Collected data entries
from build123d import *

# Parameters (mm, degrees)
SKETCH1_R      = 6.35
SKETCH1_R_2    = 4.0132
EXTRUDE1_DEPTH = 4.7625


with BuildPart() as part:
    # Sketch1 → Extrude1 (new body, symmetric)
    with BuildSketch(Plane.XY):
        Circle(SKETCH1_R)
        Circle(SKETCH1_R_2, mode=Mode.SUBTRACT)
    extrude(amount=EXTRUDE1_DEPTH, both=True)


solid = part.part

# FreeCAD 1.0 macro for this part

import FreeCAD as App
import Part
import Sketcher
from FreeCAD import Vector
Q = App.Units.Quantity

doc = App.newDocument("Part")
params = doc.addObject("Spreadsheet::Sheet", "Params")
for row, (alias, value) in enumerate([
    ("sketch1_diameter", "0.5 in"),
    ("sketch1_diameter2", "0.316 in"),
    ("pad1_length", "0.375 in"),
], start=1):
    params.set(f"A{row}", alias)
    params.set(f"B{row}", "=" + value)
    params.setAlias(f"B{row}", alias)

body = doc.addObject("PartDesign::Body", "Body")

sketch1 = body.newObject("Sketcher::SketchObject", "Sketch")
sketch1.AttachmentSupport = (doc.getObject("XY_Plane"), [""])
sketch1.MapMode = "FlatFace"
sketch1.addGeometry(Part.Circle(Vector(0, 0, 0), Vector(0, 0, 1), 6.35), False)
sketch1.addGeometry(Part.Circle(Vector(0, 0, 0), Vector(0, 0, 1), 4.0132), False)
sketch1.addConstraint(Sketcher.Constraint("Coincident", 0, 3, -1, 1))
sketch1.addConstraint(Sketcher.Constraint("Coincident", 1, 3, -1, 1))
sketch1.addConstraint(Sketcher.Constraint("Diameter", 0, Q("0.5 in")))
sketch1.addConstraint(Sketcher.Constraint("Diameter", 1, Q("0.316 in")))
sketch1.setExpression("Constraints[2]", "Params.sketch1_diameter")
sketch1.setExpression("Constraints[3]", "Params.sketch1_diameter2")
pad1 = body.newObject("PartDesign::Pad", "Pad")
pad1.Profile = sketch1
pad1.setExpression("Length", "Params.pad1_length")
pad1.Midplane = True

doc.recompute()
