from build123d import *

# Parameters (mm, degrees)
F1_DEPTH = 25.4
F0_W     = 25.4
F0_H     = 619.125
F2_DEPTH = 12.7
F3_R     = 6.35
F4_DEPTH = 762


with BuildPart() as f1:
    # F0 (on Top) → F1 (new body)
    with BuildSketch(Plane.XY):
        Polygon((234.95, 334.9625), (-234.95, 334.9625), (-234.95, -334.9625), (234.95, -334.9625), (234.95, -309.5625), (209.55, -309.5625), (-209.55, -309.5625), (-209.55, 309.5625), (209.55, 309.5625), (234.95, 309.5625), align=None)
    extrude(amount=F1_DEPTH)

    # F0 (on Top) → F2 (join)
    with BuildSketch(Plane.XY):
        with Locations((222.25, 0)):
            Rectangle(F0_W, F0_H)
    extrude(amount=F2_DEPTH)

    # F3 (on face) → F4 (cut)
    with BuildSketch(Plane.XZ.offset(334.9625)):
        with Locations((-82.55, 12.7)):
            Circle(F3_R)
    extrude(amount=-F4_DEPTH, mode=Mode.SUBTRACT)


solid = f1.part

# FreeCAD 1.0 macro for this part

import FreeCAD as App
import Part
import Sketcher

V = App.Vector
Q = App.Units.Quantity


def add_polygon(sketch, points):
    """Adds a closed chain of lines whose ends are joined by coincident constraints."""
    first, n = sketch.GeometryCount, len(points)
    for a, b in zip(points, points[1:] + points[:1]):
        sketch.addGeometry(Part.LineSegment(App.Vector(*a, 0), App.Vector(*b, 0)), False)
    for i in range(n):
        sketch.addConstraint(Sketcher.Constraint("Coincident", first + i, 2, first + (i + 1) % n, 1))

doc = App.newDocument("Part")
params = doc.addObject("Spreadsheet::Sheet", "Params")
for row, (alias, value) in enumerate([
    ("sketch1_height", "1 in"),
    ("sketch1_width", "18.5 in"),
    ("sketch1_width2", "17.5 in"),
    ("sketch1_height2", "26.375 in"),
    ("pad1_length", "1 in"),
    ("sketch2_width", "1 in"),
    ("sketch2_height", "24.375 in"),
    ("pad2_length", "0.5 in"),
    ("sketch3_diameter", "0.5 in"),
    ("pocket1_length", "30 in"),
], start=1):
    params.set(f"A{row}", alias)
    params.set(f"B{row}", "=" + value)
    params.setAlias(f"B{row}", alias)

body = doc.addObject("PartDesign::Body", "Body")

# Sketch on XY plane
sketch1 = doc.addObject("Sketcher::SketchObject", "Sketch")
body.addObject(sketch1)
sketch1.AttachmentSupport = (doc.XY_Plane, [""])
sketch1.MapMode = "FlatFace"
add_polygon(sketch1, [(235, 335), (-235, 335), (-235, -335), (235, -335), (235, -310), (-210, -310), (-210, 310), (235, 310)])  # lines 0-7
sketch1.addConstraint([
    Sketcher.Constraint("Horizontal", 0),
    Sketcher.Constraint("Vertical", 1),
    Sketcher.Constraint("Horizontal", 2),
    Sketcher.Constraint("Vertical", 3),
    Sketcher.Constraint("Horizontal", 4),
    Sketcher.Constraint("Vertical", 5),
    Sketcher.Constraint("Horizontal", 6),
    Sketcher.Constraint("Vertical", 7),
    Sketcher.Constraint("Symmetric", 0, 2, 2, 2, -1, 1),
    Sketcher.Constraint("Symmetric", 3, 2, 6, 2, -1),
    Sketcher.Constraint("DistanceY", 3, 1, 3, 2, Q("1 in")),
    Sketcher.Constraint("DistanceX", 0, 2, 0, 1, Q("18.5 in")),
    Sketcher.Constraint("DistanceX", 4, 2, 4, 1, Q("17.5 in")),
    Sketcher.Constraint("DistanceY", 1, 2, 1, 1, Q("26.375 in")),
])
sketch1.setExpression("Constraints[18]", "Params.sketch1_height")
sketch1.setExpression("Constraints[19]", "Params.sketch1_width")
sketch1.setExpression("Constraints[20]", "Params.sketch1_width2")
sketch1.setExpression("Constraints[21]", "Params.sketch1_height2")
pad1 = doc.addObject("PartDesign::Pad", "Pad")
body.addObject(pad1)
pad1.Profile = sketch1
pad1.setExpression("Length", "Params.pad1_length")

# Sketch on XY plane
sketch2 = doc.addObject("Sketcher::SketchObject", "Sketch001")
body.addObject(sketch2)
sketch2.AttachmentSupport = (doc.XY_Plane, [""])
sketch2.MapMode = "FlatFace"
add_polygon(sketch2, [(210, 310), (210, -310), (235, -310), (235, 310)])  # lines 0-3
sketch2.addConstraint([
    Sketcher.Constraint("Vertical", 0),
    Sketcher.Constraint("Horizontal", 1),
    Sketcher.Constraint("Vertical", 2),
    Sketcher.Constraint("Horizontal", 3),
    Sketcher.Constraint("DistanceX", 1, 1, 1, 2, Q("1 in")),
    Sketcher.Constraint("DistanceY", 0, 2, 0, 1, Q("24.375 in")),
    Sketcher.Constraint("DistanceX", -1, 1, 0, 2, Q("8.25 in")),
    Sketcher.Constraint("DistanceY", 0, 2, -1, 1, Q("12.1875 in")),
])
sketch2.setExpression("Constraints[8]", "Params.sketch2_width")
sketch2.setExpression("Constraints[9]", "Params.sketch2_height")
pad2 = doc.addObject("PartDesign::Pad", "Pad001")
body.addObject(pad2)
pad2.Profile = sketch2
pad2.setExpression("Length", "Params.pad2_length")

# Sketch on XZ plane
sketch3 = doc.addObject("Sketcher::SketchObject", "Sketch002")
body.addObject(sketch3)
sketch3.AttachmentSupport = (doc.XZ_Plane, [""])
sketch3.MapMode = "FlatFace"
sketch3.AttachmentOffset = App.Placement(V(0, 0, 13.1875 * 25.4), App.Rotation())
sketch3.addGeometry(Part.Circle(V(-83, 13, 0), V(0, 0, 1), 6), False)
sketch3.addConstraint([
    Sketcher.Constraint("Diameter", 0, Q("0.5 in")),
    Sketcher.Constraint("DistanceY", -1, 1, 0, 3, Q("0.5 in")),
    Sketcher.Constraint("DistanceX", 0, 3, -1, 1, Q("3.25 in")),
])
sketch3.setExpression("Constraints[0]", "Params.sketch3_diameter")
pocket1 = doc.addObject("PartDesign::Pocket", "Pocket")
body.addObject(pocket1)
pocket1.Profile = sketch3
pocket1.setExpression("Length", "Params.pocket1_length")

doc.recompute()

→ **Goal of the exercise**: Which lines of the records above hold the word "amount"? Copy each of them.

→ **Exercise response**:
    extrude(amount=EXTRUDE1_DEPTH, both=True)
    extrude(amount=F1_DEPTH)
    extrude(amount=F2_DEPTH)
    extrude(amount=-F4_DEPTH, mode=Mode.SUBTRACT)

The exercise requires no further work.